Some of your tasks – the sabotage ones, marked in grey – are specific to Slackers, so it’s indefensible if you get caught doing them. They are also, however, quick to execute and sometimes delayed action (a short time passes before anyone can see what happened). Turning off the servers and setting fire to bins can be done very quickly and grant you time to get out of the general area, which is where the Task Flick is useful.

Specific actions always show up in the same place on the radial wheel, so it’d be useful to learn which segment you’re aiming for before you’ve even seen it. To any passerby, it looks like you’re simply wandering the corridor, turning to the side for a split second. Then, once everyone crowds in to fix the problem, you can either keep walking off, unsuspected, or be the first one to fix them problem, which might lend you some credit. Getting to an inconspicuous spot or being the first to the fire extinguisher may require some map knowledge, so play a few games and memorise what items are where.

Surviving the Meeting

So, a meeting has been called, and it’s likely someone’s about to get fired. Should you play loud, accusing another employee of the stuff you’ve been up to? Or should you keep quiet and hope you’ve gone under the radar? It’ll depend on a few things.

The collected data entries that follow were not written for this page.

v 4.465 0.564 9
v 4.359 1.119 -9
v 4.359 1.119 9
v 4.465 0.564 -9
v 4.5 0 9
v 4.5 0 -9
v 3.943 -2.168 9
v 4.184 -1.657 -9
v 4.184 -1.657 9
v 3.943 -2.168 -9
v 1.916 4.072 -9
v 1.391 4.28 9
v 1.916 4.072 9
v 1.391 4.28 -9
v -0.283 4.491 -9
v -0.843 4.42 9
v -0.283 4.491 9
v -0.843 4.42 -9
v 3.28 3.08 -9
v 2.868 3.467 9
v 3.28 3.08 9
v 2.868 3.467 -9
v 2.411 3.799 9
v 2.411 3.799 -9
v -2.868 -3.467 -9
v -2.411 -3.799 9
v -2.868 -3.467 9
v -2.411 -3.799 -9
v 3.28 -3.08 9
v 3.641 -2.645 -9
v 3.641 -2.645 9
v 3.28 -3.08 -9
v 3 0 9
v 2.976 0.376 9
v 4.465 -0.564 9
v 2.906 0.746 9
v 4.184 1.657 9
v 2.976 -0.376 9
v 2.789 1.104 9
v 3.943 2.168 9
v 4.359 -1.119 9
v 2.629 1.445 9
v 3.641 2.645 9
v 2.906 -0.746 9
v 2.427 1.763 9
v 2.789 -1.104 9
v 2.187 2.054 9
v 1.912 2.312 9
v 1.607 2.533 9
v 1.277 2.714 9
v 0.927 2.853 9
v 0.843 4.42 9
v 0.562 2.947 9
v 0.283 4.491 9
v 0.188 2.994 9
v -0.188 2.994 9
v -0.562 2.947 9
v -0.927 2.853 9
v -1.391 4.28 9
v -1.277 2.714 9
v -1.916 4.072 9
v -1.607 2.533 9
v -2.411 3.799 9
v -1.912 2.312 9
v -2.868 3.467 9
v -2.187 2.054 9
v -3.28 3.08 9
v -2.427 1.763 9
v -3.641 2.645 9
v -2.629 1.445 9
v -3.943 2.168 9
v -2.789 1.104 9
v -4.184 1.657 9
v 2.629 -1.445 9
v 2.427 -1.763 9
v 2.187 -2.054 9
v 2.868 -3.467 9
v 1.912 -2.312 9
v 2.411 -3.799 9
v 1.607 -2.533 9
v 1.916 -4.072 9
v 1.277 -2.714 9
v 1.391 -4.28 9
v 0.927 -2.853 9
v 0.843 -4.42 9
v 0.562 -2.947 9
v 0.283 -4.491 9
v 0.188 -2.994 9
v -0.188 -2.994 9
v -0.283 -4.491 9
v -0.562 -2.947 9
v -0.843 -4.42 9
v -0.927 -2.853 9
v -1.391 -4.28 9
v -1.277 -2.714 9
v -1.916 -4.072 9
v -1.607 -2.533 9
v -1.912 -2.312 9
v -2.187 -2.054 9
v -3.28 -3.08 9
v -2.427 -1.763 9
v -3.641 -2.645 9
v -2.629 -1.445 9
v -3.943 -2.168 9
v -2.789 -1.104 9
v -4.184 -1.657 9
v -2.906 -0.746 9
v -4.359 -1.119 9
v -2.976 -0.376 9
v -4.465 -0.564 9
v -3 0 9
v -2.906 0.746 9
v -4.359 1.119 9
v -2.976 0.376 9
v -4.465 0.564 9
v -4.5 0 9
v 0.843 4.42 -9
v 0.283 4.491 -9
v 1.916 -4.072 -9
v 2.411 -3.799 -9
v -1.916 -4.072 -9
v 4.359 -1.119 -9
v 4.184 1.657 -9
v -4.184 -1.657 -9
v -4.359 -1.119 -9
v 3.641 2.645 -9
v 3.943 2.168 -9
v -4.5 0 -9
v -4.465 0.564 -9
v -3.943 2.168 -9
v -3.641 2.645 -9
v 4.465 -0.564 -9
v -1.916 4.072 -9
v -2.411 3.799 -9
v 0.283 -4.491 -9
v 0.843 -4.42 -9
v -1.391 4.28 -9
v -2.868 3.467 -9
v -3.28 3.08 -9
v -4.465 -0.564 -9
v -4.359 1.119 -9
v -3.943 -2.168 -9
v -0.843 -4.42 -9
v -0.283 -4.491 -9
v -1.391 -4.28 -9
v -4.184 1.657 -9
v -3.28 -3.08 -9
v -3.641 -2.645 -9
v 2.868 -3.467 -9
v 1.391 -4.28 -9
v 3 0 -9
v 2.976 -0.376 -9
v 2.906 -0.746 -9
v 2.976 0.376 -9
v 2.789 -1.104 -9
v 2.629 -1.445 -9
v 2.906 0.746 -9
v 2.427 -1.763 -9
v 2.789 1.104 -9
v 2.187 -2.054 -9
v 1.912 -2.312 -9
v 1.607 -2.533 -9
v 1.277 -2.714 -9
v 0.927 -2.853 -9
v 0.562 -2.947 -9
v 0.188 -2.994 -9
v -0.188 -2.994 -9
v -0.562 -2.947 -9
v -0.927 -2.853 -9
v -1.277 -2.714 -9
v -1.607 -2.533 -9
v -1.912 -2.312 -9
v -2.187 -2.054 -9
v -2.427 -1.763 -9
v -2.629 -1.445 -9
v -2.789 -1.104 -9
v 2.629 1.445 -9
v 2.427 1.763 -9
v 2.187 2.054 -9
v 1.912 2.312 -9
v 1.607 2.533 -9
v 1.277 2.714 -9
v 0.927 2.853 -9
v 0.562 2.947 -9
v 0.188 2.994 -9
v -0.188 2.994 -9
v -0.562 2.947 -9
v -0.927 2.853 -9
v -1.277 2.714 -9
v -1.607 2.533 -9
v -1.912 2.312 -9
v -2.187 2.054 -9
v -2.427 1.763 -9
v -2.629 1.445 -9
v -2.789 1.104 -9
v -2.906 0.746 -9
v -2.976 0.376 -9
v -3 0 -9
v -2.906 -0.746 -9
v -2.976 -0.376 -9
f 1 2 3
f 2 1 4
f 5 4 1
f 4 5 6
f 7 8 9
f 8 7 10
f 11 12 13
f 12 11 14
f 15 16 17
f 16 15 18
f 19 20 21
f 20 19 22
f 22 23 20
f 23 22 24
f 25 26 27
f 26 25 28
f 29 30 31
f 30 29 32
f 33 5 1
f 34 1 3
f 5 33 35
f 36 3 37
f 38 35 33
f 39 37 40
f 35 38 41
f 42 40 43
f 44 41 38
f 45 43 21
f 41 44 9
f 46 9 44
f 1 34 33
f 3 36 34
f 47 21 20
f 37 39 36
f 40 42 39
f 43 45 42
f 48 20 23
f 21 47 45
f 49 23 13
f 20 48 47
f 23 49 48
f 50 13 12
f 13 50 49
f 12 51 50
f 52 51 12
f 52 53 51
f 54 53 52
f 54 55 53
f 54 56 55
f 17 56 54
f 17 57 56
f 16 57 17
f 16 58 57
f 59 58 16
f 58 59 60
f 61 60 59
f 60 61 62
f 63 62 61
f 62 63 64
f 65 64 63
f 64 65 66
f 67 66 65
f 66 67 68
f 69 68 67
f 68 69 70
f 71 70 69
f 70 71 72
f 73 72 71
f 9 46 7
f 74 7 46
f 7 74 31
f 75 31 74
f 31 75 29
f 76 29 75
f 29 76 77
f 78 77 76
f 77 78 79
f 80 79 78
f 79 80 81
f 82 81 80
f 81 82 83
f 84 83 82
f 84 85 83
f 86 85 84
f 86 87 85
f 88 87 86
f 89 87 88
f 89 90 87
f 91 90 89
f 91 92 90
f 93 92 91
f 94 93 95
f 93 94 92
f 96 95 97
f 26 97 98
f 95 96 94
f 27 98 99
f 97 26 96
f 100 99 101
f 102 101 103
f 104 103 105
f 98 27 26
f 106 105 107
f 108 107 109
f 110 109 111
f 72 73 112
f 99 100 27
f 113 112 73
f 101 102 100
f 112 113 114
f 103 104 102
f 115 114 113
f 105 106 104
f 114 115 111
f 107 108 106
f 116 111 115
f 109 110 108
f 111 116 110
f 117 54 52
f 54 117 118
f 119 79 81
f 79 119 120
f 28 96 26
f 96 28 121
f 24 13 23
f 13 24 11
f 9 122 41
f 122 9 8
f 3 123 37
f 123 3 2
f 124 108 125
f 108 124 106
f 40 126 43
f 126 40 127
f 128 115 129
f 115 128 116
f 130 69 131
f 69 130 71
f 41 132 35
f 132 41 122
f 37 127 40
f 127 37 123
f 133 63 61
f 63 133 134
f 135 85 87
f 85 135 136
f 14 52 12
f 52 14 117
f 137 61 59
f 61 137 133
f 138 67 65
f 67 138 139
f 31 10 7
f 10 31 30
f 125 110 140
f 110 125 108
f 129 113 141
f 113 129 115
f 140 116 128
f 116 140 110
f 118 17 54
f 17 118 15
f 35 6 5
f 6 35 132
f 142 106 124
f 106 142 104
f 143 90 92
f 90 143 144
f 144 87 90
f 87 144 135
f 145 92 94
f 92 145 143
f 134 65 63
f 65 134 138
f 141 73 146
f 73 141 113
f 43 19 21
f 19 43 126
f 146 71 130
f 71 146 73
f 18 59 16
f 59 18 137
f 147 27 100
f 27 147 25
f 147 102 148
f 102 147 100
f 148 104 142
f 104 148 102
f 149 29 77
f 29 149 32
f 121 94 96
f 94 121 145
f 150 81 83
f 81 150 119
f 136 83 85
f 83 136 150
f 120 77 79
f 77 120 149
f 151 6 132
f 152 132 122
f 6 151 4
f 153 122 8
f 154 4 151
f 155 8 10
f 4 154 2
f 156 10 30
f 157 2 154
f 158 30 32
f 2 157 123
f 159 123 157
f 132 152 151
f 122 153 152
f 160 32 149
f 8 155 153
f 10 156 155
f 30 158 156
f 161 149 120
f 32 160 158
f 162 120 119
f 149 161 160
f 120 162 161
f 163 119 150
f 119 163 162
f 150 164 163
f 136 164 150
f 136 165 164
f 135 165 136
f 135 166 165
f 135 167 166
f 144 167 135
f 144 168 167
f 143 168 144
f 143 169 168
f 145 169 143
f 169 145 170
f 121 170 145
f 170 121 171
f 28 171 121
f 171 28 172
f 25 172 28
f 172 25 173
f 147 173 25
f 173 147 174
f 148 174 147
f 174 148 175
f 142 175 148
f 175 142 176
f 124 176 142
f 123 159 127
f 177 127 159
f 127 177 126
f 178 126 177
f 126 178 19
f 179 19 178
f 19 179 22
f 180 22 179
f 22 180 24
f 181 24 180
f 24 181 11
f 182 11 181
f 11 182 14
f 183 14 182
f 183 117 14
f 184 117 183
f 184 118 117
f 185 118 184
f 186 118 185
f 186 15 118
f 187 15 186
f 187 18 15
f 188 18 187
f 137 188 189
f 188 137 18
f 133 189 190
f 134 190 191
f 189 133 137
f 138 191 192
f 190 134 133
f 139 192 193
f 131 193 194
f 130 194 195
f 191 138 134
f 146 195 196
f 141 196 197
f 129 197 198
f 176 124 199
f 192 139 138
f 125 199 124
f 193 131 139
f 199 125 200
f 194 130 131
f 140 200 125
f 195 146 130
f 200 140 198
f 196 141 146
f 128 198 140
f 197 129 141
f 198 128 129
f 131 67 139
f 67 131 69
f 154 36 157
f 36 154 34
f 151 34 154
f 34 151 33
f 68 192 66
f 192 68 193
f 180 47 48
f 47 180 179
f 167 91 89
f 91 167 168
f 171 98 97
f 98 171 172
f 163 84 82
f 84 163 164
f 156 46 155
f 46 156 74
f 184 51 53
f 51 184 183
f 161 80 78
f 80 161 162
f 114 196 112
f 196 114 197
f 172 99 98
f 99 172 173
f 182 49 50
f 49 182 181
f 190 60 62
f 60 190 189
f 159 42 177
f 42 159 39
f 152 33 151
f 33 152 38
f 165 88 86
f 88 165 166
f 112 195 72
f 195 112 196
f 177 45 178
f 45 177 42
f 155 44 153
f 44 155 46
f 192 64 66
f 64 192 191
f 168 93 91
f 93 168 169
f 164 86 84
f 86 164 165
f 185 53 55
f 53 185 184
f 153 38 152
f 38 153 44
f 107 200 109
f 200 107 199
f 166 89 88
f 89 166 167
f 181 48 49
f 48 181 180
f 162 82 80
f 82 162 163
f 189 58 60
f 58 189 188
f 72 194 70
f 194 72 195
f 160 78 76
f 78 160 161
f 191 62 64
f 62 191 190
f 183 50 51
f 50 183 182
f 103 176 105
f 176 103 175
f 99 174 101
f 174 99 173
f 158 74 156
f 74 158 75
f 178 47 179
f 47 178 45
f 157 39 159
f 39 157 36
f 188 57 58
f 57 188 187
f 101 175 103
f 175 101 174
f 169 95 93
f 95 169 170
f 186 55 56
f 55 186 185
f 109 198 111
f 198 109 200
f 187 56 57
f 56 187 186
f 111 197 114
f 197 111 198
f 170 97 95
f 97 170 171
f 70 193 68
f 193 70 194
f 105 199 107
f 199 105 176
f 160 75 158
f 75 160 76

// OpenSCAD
$fn = 50;


difference() {
	union() {
		translate(v = [0, 0, -9.0000000000]) {
			cylinder(h = 18, r = 4.5000000000);
		}
	}
	union() {
		translate(v = [0, 0, -100.0000000000]) {
			cylinder(h = 200, r = 3.0000000000);
		}
	}
}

One good indicator of how confident a Manager is in an accusation is how much time they have left. On regular rules, the Manager has eight minutes to fire someone before he gets fired himself. So, if a meeting is called with a few minutes left, there’s a good chance that the Manager has seen or heard something and is ready to point fingers. If there’s 20 seconds to spare, this might not be a meeting called based on any evidence, the manager just doesn’t want to get the boot.

Left: A manager with a specific accusation. Right: A fool with nothing to lose.

  • Play humble – don’t come out of the gate with strong accusations unless you’ve got most of the office behind you. Pointing the finger squarely at someone and being wrong means you’re the top target next round.
  • Use your cover – keep in mind the tasks that you’ve been pretending to do and remind people who were nearby.
  • Caught slacking? – remind employees that slacker tasks are assigned to everybody. By default, 1/3 of employee tasks are slacking off, and an unlucky Specialist might end up with 3 Slacker tasks.

Playing the Numbers

Refers to games that have Janitors on.

The game allows for as many terminations as there are employees, Slacker or otherwise. But, truly removing people from an office takes more than one ternimation. Once an employee is fired, they might become a Janitor instead. They can lock doors at will, have only one task, and need to be fired a second time to have zero impact on the game. Getting Managers to fire Janitors instead of employees is a great idea. It’ll whittle down the amount of terminations, and you may end up in a situation where there are more Slackers than there are terminations, which means a default Slacker win if you’re not beaten on tasks.

Follow these steps and you have a great chance of seeing your office branch collapse under the weight of it’s own inefficiency. Remember – you’ve been working hard, the manager sucks, and that drawing of a wee wee was definitely done by someone else.